This is especially useful when you're solving new problems or working on
things you're not particularly good at. My personal example is estimating
distance. When somebody asked, my "gut feeling" about the distance from Boston
to Delaware was 600 miles. 30 seconds of conscious thinking and I realized it
could be no more than 400 miles (the correct answer is about 350).

The other useful aspect of switching to conscious thinking is that it at least
makes you aware of the rationale for your decision. When making a conscious
estimate I break it down into smaller parts, and if the estimate is way off
it's usually because one of the parts was off. But for me, that doesn't work
with instant guesses.

------
itmag
The spread of the LessWrong meme is really positive. A lot of bloggers seem to
be linking or alluding to stuff from there these days. And it's leading to
increased awareness that rationality is not always easy, nor something to be
taken for granted.

I don't think necessarily everone has to study the stuff in depth, as long as
the "you is crazy/stupid, foolish human" message gets across. The future
belongs to the wise aka those who fail to accept and put up with their own
bullshit :)

------
jmitcheson
I liked the article. Here's my humble summary of the main 2 points

1\. Don't always make decisions in 0 minutes (instantly). Instead, think about
them for 1 minute. The time difference is small but the results may not be.

2\. Don't always default to the easiest solution.

Point 2 reminds me a lot of a really great presentation I watched recently by
Rich Hickey (the creator of the Clojure programming language) which
highlighted that easy solutions are not always the simplest solutions; however
it is the latter that we should strive for and not the former.
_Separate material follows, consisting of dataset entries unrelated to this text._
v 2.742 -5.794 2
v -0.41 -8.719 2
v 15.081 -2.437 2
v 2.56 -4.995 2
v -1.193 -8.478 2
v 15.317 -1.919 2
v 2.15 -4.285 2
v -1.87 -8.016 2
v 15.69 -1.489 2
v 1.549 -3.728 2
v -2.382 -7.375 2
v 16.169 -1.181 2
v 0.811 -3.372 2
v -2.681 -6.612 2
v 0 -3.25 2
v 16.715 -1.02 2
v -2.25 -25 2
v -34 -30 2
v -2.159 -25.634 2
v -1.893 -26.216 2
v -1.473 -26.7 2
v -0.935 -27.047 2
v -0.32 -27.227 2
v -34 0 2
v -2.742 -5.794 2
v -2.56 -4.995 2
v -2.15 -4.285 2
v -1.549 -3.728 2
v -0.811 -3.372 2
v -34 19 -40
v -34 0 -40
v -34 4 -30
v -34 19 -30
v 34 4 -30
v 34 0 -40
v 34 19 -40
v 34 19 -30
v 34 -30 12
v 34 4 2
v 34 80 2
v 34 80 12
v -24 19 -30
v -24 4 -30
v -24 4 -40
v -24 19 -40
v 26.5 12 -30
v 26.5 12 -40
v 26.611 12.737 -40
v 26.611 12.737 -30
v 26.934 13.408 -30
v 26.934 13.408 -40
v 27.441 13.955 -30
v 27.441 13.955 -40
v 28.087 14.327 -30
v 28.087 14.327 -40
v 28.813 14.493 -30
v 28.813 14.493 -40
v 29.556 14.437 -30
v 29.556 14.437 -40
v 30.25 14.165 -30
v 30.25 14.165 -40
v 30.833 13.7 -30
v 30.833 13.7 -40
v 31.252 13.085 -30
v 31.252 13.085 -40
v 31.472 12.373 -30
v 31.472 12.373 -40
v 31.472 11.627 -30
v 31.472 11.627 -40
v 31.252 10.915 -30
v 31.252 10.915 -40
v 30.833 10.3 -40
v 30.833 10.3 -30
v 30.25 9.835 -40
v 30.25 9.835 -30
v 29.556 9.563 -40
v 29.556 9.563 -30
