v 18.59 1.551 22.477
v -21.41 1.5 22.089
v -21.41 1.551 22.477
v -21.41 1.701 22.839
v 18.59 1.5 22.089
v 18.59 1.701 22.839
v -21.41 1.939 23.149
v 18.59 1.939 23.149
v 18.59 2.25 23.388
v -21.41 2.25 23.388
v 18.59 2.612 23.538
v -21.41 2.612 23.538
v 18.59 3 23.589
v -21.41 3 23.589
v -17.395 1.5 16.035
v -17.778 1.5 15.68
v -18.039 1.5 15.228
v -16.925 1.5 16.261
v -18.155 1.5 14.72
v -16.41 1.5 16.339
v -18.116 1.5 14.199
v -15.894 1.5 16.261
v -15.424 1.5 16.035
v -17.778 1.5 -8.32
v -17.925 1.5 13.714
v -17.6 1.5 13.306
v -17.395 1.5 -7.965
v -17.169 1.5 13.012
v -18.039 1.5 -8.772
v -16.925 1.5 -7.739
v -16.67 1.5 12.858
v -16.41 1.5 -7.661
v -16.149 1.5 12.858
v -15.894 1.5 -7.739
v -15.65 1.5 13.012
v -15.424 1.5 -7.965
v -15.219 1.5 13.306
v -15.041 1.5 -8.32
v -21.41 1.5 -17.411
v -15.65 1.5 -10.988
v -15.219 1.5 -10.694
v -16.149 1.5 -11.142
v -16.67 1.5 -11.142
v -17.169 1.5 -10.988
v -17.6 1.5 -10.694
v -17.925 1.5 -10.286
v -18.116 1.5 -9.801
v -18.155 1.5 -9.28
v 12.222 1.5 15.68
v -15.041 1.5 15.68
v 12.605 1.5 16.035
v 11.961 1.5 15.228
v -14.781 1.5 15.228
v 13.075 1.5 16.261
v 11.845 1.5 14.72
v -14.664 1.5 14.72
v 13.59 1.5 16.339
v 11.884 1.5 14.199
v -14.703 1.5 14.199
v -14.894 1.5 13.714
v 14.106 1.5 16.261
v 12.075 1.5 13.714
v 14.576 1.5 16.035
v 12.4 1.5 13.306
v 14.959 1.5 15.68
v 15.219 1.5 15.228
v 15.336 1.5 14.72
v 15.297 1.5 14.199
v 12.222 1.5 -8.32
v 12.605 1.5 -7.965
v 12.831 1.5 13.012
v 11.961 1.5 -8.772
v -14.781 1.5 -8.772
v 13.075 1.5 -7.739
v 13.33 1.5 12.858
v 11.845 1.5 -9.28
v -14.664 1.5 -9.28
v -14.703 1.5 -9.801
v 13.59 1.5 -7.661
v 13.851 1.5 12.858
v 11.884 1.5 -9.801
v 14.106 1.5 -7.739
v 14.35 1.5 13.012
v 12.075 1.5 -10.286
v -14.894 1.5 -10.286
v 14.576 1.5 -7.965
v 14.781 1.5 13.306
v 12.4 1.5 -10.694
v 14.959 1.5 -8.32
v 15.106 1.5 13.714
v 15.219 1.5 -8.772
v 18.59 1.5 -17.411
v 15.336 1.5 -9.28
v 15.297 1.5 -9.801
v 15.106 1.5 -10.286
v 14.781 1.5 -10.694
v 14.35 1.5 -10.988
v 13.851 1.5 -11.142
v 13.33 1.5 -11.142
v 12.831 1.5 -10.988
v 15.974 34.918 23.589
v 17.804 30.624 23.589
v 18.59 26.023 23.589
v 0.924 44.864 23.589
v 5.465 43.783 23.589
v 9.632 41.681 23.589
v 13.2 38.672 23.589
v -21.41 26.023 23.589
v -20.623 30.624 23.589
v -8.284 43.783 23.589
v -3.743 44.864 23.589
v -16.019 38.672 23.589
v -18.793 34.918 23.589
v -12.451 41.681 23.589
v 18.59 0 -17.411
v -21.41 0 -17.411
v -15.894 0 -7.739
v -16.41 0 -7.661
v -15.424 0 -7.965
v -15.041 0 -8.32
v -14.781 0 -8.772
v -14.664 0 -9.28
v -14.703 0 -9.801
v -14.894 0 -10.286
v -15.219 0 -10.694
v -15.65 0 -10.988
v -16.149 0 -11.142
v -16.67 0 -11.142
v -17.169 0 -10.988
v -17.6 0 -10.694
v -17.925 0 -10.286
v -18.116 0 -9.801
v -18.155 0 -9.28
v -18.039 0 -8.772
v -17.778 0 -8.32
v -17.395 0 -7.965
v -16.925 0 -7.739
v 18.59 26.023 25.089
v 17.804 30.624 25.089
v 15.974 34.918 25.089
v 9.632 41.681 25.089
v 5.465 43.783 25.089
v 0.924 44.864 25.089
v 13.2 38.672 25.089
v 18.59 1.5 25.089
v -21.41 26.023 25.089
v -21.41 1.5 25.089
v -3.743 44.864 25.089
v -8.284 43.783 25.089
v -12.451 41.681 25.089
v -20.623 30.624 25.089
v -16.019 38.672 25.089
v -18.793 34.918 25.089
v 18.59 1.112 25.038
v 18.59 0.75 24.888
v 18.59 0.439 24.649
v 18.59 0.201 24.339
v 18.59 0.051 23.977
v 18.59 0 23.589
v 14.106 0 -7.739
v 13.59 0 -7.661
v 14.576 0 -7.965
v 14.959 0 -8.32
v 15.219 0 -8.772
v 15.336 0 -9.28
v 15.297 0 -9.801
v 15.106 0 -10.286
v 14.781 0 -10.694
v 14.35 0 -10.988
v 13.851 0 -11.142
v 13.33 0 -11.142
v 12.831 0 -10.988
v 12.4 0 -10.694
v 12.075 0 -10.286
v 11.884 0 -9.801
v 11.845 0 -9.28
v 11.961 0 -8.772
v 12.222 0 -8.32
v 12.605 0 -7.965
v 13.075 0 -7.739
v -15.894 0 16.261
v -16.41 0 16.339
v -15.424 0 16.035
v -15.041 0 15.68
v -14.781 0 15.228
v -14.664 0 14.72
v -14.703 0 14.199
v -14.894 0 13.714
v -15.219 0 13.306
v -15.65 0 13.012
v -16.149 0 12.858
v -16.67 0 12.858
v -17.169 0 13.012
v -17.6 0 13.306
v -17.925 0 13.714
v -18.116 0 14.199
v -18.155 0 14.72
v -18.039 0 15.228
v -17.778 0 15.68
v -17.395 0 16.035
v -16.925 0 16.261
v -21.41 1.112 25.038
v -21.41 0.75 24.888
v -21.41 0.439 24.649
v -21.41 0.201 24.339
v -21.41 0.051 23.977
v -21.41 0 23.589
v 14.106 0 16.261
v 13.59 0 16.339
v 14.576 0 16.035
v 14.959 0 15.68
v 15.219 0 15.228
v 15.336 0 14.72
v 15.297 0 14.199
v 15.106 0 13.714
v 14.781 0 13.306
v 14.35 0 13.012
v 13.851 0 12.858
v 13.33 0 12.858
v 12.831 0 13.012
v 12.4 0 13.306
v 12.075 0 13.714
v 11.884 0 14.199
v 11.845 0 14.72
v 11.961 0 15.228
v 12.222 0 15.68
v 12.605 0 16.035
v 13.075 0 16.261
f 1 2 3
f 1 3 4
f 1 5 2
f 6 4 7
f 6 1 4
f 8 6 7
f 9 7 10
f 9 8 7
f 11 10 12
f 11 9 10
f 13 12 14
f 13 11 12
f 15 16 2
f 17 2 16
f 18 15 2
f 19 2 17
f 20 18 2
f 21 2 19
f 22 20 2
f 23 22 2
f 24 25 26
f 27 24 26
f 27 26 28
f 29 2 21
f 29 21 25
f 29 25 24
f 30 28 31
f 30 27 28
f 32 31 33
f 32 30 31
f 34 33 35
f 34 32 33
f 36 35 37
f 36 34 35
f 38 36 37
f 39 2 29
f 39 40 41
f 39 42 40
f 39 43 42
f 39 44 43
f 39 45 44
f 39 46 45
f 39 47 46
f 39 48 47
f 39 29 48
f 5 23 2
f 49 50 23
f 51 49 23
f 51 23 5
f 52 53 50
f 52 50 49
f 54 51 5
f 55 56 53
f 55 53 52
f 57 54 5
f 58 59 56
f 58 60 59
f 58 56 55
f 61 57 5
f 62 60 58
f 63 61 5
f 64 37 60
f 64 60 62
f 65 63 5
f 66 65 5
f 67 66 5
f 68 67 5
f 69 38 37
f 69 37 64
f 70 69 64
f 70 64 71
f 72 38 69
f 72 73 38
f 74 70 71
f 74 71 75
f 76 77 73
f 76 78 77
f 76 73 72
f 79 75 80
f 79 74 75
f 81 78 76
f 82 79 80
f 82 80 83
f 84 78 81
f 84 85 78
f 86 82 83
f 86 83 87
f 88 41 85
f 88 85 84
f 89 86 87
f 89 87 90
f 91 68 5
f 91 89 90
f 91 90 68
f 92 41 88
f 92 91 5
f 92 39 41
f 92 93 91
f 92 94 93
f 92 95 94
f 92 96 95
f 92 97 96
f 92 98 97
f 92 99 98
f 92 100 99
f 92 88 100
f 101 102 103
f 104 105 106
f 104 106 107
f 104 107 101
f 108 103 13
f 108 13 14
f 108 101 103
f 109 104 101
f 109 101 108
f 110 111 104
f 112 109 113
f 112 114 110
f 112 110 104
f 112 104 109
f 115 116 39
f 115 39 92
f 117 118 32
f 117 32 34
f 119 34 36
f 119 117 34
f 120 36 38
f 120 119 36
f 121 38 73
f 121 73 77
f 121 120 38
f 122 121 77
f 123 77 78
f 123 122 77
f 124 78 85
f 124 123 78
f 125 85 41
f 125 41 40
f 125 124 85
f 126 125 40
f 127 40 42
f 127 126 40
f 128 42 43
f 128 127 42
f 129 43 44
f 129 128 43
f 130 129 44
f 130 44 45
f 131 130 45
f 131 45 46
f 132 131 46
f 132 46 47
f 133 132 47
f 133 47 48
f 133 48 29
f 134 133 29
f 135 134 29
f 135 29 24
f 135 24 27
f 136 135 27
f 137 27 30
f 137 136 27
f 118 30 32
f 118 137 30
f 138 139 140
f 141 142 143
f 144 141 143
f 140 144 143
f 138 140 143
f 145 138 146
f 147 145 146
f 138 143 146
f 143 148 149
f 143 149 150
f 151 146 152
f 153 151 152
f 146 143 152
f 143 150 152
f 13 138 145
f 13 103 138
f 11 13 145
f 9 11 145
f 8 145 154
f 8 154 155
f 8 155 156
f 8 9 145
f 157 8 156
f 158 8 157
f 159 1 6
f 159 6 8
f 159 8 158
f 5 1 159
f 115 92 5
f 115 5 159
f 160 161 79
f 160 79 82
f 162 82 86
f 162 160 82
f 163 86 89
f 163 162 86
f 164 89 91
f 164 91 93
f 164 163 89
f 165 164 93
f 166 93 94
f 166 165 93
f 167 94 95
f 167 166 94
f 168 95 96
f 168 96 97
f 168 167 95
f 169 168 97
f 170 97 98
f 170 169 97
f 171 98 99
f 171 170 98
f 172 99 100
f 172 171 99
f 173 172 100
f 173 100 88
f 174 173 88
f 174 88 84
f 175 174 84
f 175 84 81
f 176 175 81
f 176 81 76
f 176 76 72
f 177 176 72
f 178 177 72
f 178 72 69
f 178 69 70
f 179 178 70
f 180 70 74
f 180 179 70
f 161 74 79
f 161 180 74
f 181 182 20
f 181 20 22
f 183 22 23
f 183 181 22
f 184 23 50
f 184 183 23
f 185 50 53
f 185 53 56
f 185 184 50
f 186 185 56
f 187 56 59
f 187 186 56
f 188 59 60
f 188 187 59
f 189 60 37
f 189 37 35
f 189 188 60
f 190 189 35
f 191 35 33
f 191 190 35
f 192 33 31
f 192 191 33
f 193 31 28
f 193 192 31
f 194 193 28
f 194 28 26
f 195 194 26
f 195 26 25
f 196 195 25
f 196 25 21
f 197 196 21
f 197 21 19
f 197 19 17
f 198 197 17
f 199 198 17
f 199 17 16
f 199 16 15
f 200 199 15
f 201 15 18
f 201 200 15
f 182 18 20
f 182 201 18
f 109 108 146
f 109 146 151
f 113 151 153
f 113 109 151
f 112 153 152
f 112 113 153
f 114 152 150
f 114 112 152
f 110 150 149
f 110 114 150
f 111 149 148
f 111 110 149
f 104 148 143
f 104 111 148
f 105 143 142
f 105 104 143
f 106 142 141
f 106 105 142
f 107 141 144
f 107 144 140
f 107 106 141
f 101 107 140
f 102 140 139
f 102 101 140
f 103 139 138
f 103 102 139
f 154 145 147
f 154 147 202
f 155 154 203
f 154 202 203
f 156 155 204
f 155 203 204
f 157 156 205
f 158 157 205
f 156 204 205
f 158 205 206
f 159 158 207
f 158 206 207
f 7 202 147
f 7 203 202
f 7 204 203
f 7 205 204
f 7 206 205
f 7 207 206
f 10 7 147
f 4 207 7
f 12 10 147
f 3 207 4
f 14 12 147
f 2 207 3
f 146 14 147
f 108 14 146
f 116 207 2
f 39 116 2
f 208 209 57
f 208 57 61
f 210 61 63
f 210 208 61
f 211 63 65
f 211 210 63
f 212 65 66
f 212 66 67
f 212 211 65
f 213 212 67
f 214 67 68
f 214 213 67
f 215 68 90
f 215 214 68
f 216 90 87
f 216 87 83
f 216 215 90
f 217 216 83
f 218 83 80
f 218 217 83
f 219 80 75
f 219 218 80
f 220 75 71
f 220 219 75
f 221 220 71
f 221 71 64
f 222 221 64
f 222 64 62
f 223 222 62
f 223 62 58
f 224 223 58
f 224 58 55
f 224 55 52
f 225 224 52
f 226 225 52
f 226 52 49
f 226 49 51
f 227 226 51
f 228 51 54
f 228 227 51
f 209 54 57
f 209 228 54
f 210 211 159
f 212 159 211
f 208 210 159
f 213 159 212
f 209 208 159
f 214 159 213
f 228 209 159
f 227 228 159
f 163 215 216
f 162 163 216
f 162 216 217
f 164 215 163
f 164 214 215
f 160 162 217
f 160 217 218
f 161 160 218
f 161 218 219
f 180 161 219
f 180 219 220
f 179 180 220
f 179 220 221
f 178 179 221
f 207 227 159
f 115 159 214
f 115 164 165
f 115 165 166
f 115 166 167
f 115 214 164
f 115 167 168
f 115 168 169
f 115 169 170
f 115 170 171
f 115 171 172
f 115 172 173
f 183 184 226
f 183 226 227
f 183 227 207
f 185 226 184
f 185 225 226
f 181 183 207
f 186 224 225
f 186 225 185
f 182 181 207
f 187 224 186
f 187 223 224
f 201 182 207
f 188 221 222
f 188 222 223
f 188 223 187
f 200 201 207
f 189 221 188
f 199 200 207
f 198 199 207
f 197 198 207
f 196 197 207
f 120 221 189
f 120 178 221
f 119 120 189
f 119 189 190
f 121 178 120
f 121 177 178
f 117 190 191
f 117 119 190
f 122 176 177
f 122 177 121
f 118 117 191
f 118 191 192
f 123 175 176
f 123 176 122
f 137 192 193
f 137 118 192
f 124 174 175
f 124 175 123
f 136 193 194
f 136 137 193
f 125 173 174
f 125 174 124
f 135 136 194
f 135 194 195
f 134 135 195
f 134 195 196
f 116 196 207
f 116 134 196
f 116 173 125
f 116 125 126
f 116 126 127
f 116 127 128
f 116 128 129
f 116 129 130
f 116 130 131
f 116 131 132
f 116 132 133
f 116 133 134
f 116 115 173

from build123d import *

# Parameters (mm, degrees)
SKETCH_1_W      = 40
SKETCH_1_H      = 41
SKETCH_1_R      = 1.75
EXTRUDE_1_DEPTH = 1.5
EXTRUDE_2_DEPTH = 1.5
FILLET_1_R      = 1.5


with BuildPart() as part:
    # 草图1 → 凸台-拉伸1 (new body)
    with BuildSketch(Plane(origin=(0, 0, 0), x_dir=(1, 0, 0), z_dir=(0, 1, 0))):
        with Locations((-1.409556314, -3.088737201)):
            Rectangle(SKETCH_1_W, SKETCH_1_H)
        with Locations(Location((-16.409556314, 9.411262799, 0), (0, 0, 270))):
            Circle(SKETCH_1_R, mode=Mode.SUBTRACT)
        with Locations(Location((-16.409556314, -14.588737201, 0), (0, 0, 270))):
            Circle(SKETCH_1_R, mode=Mode.SUBTRACT)
        with Locations(Location((13.590443686, 9.411262799, 0), (0, 0, 270))):
            Circle(SKETCH_1_R, mode=Mode.SUBTRACT)
        with Locations(Location((13.590443686, -14.588737201, 0), (0, 0, 270))):
            Circle(SKETCH_1_R, mode=Mode.SUBTRACT)
    extrude(amount=EXTRUDE_1_DEPTH)

    # 草图2 → 凸台-拉伸2 (add)
    with BuildSketch(Plane.XY.offset(23.588737201)):
        with BuildLine():
            Line((-21.409556314, 1.5), (-21.409556314, 26.02333316))
            ThreePointArc((-21.409556314, 26.02333316), (-1.409556314, 45), (18.590443686, 26.02333316))
            Line((18.590443686, 26.02333316), (18.590443686, 1.5))
            Line((18.590443686, 1.5), (18.590443686, 0))
            Line((18.590443686, 0), (-21.409556314, 0))
            Line((-21.409556314, 0), (-21.409556314, 1.5))
        make_face()
    extrude(amount=EXTRUDE_2_DEPTH)

    # 圆角1
    fillet_1_edges = [part.edges().sort_by_distance(p)[0] for p in [
        (-1.409556314, 0, 25.088737201),
        (-1.409556314, 1.5, 23.588737201),
    ]]
    fillet(fillet_1_edges, radius=FILLET_1_R)


solid = part.part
The
presentation is really good and contains some insightful thoughts about design
and decision making - www.infoq.com/presentations/Simple-Made-Easy

------
vanni
> _If you're the kind of person who prefers to sit back and think about stuff,
> entrepreneurship will be quite a challenge. The default in the world of...
> humans... is that nothing happens._

Some months ago I was thinking exactly about this issue (for more than one
minute!) and I started working on an idea to overcome it. Sort of meta, I know
:)

[On topic shameless plug] Result: I'm building asaclock
(<http://www.asaclock.com>), an anti-procrastination web community for startup
single founders and people working on side projects.

------
BadassFractal
I enjoyed the article, although I felt the content was somewhat generic and
platitudinous. I was hoping for more concrete examples.

------
Swizec
_"A programmer will fix every problem with more code."_

And that's why the best programmers are _lazy_. Would rather spend twenty
minutes thinking about a good solution, than ten minutes implementing a
contrived solution.

Maybe entrepreneurs should be a bit lazier as well? Or maybe they should just
delegate all the big decisions to their daily 30 minute run?

Really, if people aren't dying this very instance, I see no problem with
making a decision the next morning.